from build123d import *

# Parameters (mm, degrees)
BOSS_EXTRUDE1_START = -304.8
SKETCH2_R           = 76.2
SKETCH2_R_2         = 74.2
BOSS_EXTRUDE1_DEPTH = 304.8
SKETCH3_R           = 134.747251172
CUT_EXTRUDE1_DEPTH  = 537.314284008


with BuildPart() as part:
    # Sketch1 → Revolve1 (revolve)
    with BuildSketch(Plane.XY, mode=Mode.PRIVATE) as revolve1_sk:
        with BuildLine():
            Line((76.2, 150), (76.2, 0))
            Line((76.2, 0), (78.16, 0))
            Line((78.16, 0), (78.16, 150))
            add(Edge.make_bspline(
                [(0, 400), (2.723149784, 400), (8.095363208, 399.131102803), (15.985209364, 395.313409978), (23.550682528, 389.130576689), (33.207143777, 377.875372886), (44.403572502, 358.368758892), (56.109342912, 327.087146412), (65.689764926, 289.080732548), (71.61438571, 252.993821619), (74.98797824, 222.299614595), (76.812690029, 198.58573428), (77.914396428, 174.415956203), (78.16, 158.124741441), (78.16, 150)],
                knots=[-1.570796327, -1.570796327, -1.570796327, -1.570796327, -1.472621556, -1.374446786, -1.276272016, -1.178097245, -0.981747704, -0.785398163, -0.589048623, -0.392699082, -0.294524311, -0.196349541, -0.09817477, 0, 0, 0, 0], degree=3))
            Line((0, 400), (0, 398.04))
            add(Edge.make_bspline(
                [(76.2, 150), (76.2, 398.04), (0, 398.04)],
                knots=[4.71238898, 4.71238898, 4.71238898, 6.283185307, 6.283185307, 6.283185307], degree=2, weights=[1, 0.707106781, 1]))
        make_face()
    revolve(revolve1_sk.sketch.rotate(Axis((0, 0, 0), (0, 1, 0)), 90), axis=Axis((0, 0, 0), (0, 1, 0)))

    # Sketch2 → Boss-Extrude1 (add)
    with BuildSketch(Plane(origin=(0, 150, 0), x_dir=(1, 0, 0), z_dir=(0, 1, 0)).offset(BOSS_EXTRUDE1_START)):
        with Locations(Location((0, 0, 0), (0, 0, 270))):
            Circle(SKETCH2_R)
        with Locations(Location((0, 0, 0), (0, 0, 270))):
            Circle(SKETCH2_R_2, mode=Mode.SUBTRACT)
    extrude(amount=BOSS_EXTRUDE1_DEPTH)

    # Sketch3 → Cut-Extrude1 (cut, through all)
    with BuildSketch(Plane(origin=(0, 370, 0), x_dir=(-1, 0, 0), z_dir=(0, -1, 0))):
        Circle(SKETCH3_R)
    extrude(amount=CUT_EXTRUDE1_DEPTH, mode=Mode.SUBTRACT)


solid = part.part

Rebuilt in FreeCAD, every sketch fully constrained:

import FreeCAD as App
import Part
import Sketcher

V = App.Vector
Q = App.Units.Quantity

doc = App.newDocument("Part")
params = doc.addObject("Spreadsheet::Sheet", "Params")
for row, (alias, value) in enumerate([
    ("revolution_angle", "360 deg"),
    ("sketch2_diameter", "152.4 mm"),
    ("sketch2_diameter2", "148.4 mm"),
    ("pad1_length", "304.8 mm"),
], start=1):
    params.set(f"A{row}", alias)
    params.set(f"B{row}", "=" + value)
    params.setAlias(f"B{row}", alias)

body = doc.addObject("PartDesign::Body", "Body")

sketch1 = body.newObject("Sketcher::SketchObject", "Sketch")
sketch1.AttachmentSupport = (doc.getObject("XY_Plane"), [""])
sketch1.MapMode = "FlatFace"
sketch1.addGeometry([
    Part.LineSegment(V(76.2, 150, 0), V(76.2, 0, 0)),
    Part.LineSegment(V(76.2, 0, 0), V(78.16, 0, 0)),
    Part.LineSegment(V(78.16, 0, 0), V(78.16, 150, 0)),
    Part.BSplineCurve([V(0, 400, 0), V(2.72315, 400, 0), V(8.095363, 399.131103, 0), V(15.985209, 395.31341, 0), V(23.550683, 389.130577, 0), V(33.207144, 377.875373, 0), V(44.403573, 358.368759, 0), V(56.109343, 327.087146, 0), V(65.689765, 289.080733, 0), V(71.614386, 252.993822, 0), V(74.987978, 222.299615, 0), V(76.81269, 198.585734, 0), V(77.914396, 174.415956, 0), V(78.16, 158.124741, 0), V(78.16, 150, 0)], [4, 1, 1, 1, 1, 1, 1, 1, 1, 1, 1, 1, 4], [-1.570796327, -1.472621556, -1.374446786, -1.276272016, -1.178097245, -0.981747704, -0.785398163, -0.589048623, -0.392699082, -0.294524311, -0.196349541, -0.09817477, 0], False, 3, [1, 1, 1, 1, 1, 1, 1, 1, 1, 1, 1, 1, 1, 1, 1], False),
    Part.LineSegment(V(0, 400, 0), V(0, 398.04, 0)),
    Part.BSplineCurve([V(76.2, 150, 0), V(76.2, 398.04, 0), V(0, 398.04, 0)], [3, 3], [4.71238898, 6.283185307], False, 2, [1, 0.707106781, 1], False),
], False)
sketch1.addConstraint([
    Sketcher.Constraint("Block", 3),
    Sketcher.Constraint("Block", 5),
    Sketcher.Constraint("Coincident", 0, 2, 1, 1),
    Sketcher.Constraint("Coincident", 1, 2, 2, 1),
    Sketcher.Constraint("Coincident", 2, 2, 3, 2),
    Sketcher.Constraint("Coincident", 3, 1, 4, 1),
    Sketcher.Constraint("Coincident", 4, 2, 5, 2),
    Sketcher.Constraint("Coincident", 5, 1, 0, 1),
    Sketcher.Constraint("Vertical", 0),
    Sketcher.Constraint("Horizontal", 1),
    Sketcher.Constraint("Vertical", 2),
    Sketcher.Constraint("PointOnObject", 0, 2, -1),
])
revolution = body.newObject("PartDesign::Revolution", "Revolution")
revolution.Profile = sketch1
revolution.ReferenceAxis = (sketch1, ["V_Axis"])
revolution.setExpression("Angle", "Params.revolution_angle")

sketch2 = body.newObject("Sketcher::SketchObject", "Sketch001")
sketch2.AttachmentSupport = (doc.getObject("XZ_Plane"), [""])
sketch2.MapMode = "FlatFace"
sketch2.AttachmentOffset = App.Placement(V(0, 0, 154.8), App.Rotation())
sketch2.addGeometry([
    Part.Circle(V(0, 0, 0), V(0, 0, 1), 76.2),
    Part.Circle(V(0, 0, 0), V(0, 0, 1), 74.2),
], False)
sketch2.addConstraint([
    Sketcher.Constraint("Coincident", 0, 3, -1, 1),
    Sketcher.Constraint("Coincident", 1, 3, -1, 1),
    Sketcher.Constraint("Diameter", 0, Q("152.4 mm")),
    Sketcher.Constraint("Diameter", 1, Q("148.4 mm")),
])
sketch2.setExpression("Constraints[2]", "Params.sketch2_diameter")
sketch2.setExpression("Constraints[3]", "Params.sketch2_diameter2")
pad1 = body.newObject("PartDesign::Pad", "Pad")
pad1.Profile = sketch2
pad1.setExpression("Length", "Params.pad1_length")
pad1.Reversed = True

sketch3 = body.newObject("Sketcher::SketchObject", "Sketch002")
sketch3.AttachmentSupport = (doc.getObject("XZ_Plane"), [""])
sketch3.MapMode = "FlatFace"
sketch3.AttachmentOffset = App.Placement(V(0, 0, -370), App.Rotation())
sketch3.addGeometry(Part.Circle(V(0, 0, 0), V(0, 0, 1), 134.747251), False)
sketch3.addConstraint([
    Sketcher.Constraint("Coincident", 0, 3, -1, 1),
    Sketcher.Constraint("Diameter", 0, Q("269.494502 mm")),
])
pocket1 = body.newObject("PartDesign::Pocket", "Pocket")
pocket1.Profile = sketch3
pocket1.Type = "ThroughAll"
pocket1.Reversed = True

doc.recompute()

**Task directions**
Output the entries verbatim.

**Solution for this task**
from build123d import *

# Parameters (mm, degrees)
BOSS_EXTRUDE1_START = -304.8
SKETCH2_R           = 76.2
SKETCH2_R_2         = 74.2
BOSS_EXTRUDE1_DEPTH = 304.8
SKETCH3_R           = 134.747251172
CUT_EXTRUDE1_DEPTH  = 537.314284008


with BuildPart() as part:
    # Sketch1 → Revolve1 (revolve)
    with BuildSketch(Plane.XY, mode=Mode.PRIVATE) as revolve1_sk:
        with BuildLine():
            Line((76.2, 150), (76.2, 0))
            Line((76.2, 0), (78.16, 0))
            Line((78.16, 0), (78.16, 150))
            add(Edge.make_bspline(
                [(0, 400), (2.723149784, 400), (8.095363208, 399.131102803), (15.985209364, 395.313409978), (23.550682528, 389.130576689), (33.207143777, 377.875372886), (44.403572502, 358.368758892), (56.109342912, 327.087146412), (65.689764926, 289.080732548), (71.61438571, 252.993821619), (74.98797824, 222.299614595), (76.812690029, 198.58573428), (77.914396428, 174.415956203), (78.16, 158.124741441), (78.16, 150)],
                knots=[-1.570796327, -1.570796327, -1.570796327, -1.570796327, -1.472621556, -1.374446786, -1.276272016, -1.178097245, -0.981747704, -0.785398163, -0.589048623, -0.392699082, -0.294524311, -0.196349541, -0.09817477, 0, 0, 0, 0], degree=3))
            Line((0, 400), (0, 398.04))
            add(Edge.make_bspline(
                [(76.2, 150), (76.2, 398.04), (0, 398.04)],
                knots=[4.71238898, 4.71238898, 4.71238898, 6.283185307, 6.283185307, 6.283185307], degree=2, weights=[1, 0.707106781, 1]))
        make_face()
    revolve(revolve1_sk.sketch.rotate(Axis((0, 0, 0), (0, 1, 0)), 90), axis=Axis((0, 0, 0), (0, 1, 0)))

    # Sketch2 → Boss-Extrude1 (add)
    with BuildSketch(Plane(origin=(0, 150, 0), x_dir=(1, 0, 0), z_dir=(0, 1, 0)).offset(BOSS_EXTRUDE1_START)):
        with Locations(Location((0, 0, 0), (0, 0, 270))):
            Circle(SKETCH2_R)
        with Locations(Location((0, 0, 0), (0, 0, 270))):
            Circle(SKETCH2_R_2, mode=Mode.SUBTRACT)
    extrude(amount=BOSS_EXTRUDE1_DEPTH)

    # Sketch3 → Cut-Extrude1 (cut, through all)
    with BuildSketch(Plane(origin=(0, 370, 0), x_dir=(-1, 0, 0), z_dir=(0, -1, 0))):
        Circle(SKETCH3_R)
    extrude(amount=CUT_EXTRUDE1_DEPTH, mode=Mode.SUBTRACT)


solid = part.part

Rebuilt in FreeCAD, every sketch fully constrained:

import FreeCAD as App
import Part
import Sketcher

V = App.Vector
Q = App.Units.Quantity

doc = App.newDocument("Part")
params = doc.addObject("Spreadsheet::Sheet", "Params")
for row, (alias, value) in enumerate([
    ("revolution_angle", "360 deg"),
    ("sketch2_diameter", "152.4 mm"),
    ("sketch2_diameter2", "148.4 mm"),
    ("pad1_length", "304.8 mm"),
], start=1):
    params.set(f"A{row}", alias)
    params.set(f"B{row}", "=" + value)
    params.setAlias(f"B{row}", alias)

body = doc.addObject("PartDesign::Body", "Body")

sketch1 = body.newObject("Sketcher::SketchObject", "Sketch")
sketch1.AttachmentSupport = (doc.getObject("XY_Plane"), [""])
sketch1.MapMode = "FlatFace"
sketch1.addGeometry([
    Part.LineSegment(V(76.2, 150, 0), V(76.2, 0, 0)),
    Part.LineSegment(V(76.2, 0, 0), V(78.16, 0, 0)),
    Part.LineSegment(V(78.16, 0, 0), V(78.16, 150, 0)),
    Part.BSplineCurve([V(0, 400, 0), V(2.72315, 400, 0), V(8.095363, 399.131103, 0), V(15.985209, 395.31341, 0), V(23.550683, 389.130577, 0), V(33.207144, 377.875373, 0), V(44.403573, 358.368759, 0), V(56.109343, 327.087146, 0), V(65.689765, 289.080733, 0), V(71.614386, 252.993822, 0), V(74.987978, 222.299615, 0), V(76.81269, 198.585734, 0), V(77.914396, 174.415956, 0), V(78.16, 158.124741, 0), V(78.16, 150, 0)], [4, 1, 1, 1, 1, 1, 1, 1, 1, 1, 1, 1, 4], [-1.570796327, -1.472621556, -1.374446786, -1.276272016, -1.178097245, -0.981747704, -0.785398163, -0.589048623, -0.392699082, -0.294524311, -0.196349541, -0.09817477, 0], False, 3, [1, 1, 1, 1, 1, 1, 1, 1, 1, 1, 1, 1, 1, 1, 1], False),
    Part.LineSegment(V(0, 400, 0), V(0, 398.04, 0)),
    Part.BSplineCurve([V(76.2, 150, 0), V(76.2, 398.04, 0), V(0, 398.04, 0)], [3, 3], [4.71238898, 6.283185307], False, 2, [1, 0.707106781, 1], False),
], False)
sketch1.addConstraint([
    Sketcher.Constraint("Block", 3),
    Sketcher.Constraint("Block", 5),
    Sketcher.Constraint("Coincident", 0, 2, 1, 1),
    Sketcher.Constraint("Coincident", 1, 2, 2, 1),
    Sketcher.Constraint("Coincident", 2, 2, 3, 2),
    Sketcher.Constraint("Coincident", 3, 1, 4, 1),
    Sketcher.Constraint("Coincident", 4, 2, 5, 2),
    Sketcher.Constraint("Coincident", 5, 1, 0, 1),
    Sketcher.Constraint("Vertical", 0),
    Sketcher.Constraint("Horizontal", 1),
    Sketcher.Constraint("Vertical", 2),
    Sketcher.Constraint("PointOnObject", 0, 2, -1),
])
revolution = body.newObject("PartDesign::Revolution", "Revolution")
revolution.Profile = sketch1
revolution.ReferenceAxis = (sketch1, ["V_Axis"])
revolution.setExpression("Angle", "Params.revolution_angle")

sketch2 = body.newObject("Sketcher::SketchObject", "Sketch001")
sketch2.AttachmentSupport = (doc.getObject("XZ_Plane"), [""])
sketch2.MapMode = "FlatFace"
sketch2.AttachmentOffset = App.Placement(V(0, 0, 154.8), App.Rotation())
sketch2.addGeometry([
    Part.Circle(V(0, 0, 0), V(0, 0, 1), 76.2),
    Part.Circle(V(0, 0, 0), V(0, 0, 1), 74.2),
], False)
sketch2.addConstraint([
    Sketcher.Constraint("Coincident", 0, 3, -1, 1),
    Sketcher.Constraint("Coincident", 1, 3, -1, 1),
    Sketcher.Constraint("Diameter", 0, Q("152.4 mm")),
    Sketcher.Constraint("Diameter", 1, Q("148.4 mm")),
])
sketch2.setExpression("Constraints[2]", "Params.sketch2_diameter")
sketch2.setExpression("Constraints[3]", "Params.sketch2_diameter2")
pad1 = body.newObject("PartDesign::Pad", "Pad")
pad1.Profile = sketch2
pad1.setExpression("Length", "Params.pad1_length")
pad1.Reversed = True

sketch3 = body.newObject("Sketcher::SketchObject", "Sketch002")
sketch3.AttachmentSupport = (doc.getObject("XZ_Plane"), [""])
sketch3.MapMode = "FlatFace"
sketch3.AttachmentOffset = App.Placement(V(0, 0, -370), App.Rotation())
sketch3.addGeometry(Part.Circle(V(0, 0, 0), V(0, 0, 1), 134.747251), False)
sketch3.addConstraint([
    Sketcher.Constraint("Coincident", 0, 3, -1, 1),
    Sketcher.Constraint("Diameter", 0, Q("269.494502 mm")),
])
pocket1 = body.newObject("PartDesign::Pocket", "Pocket")
pocket1.Profile = sketch3
pocket1.Type = "ThroughAll"
pocket1.Reversed = True

doc.recompute()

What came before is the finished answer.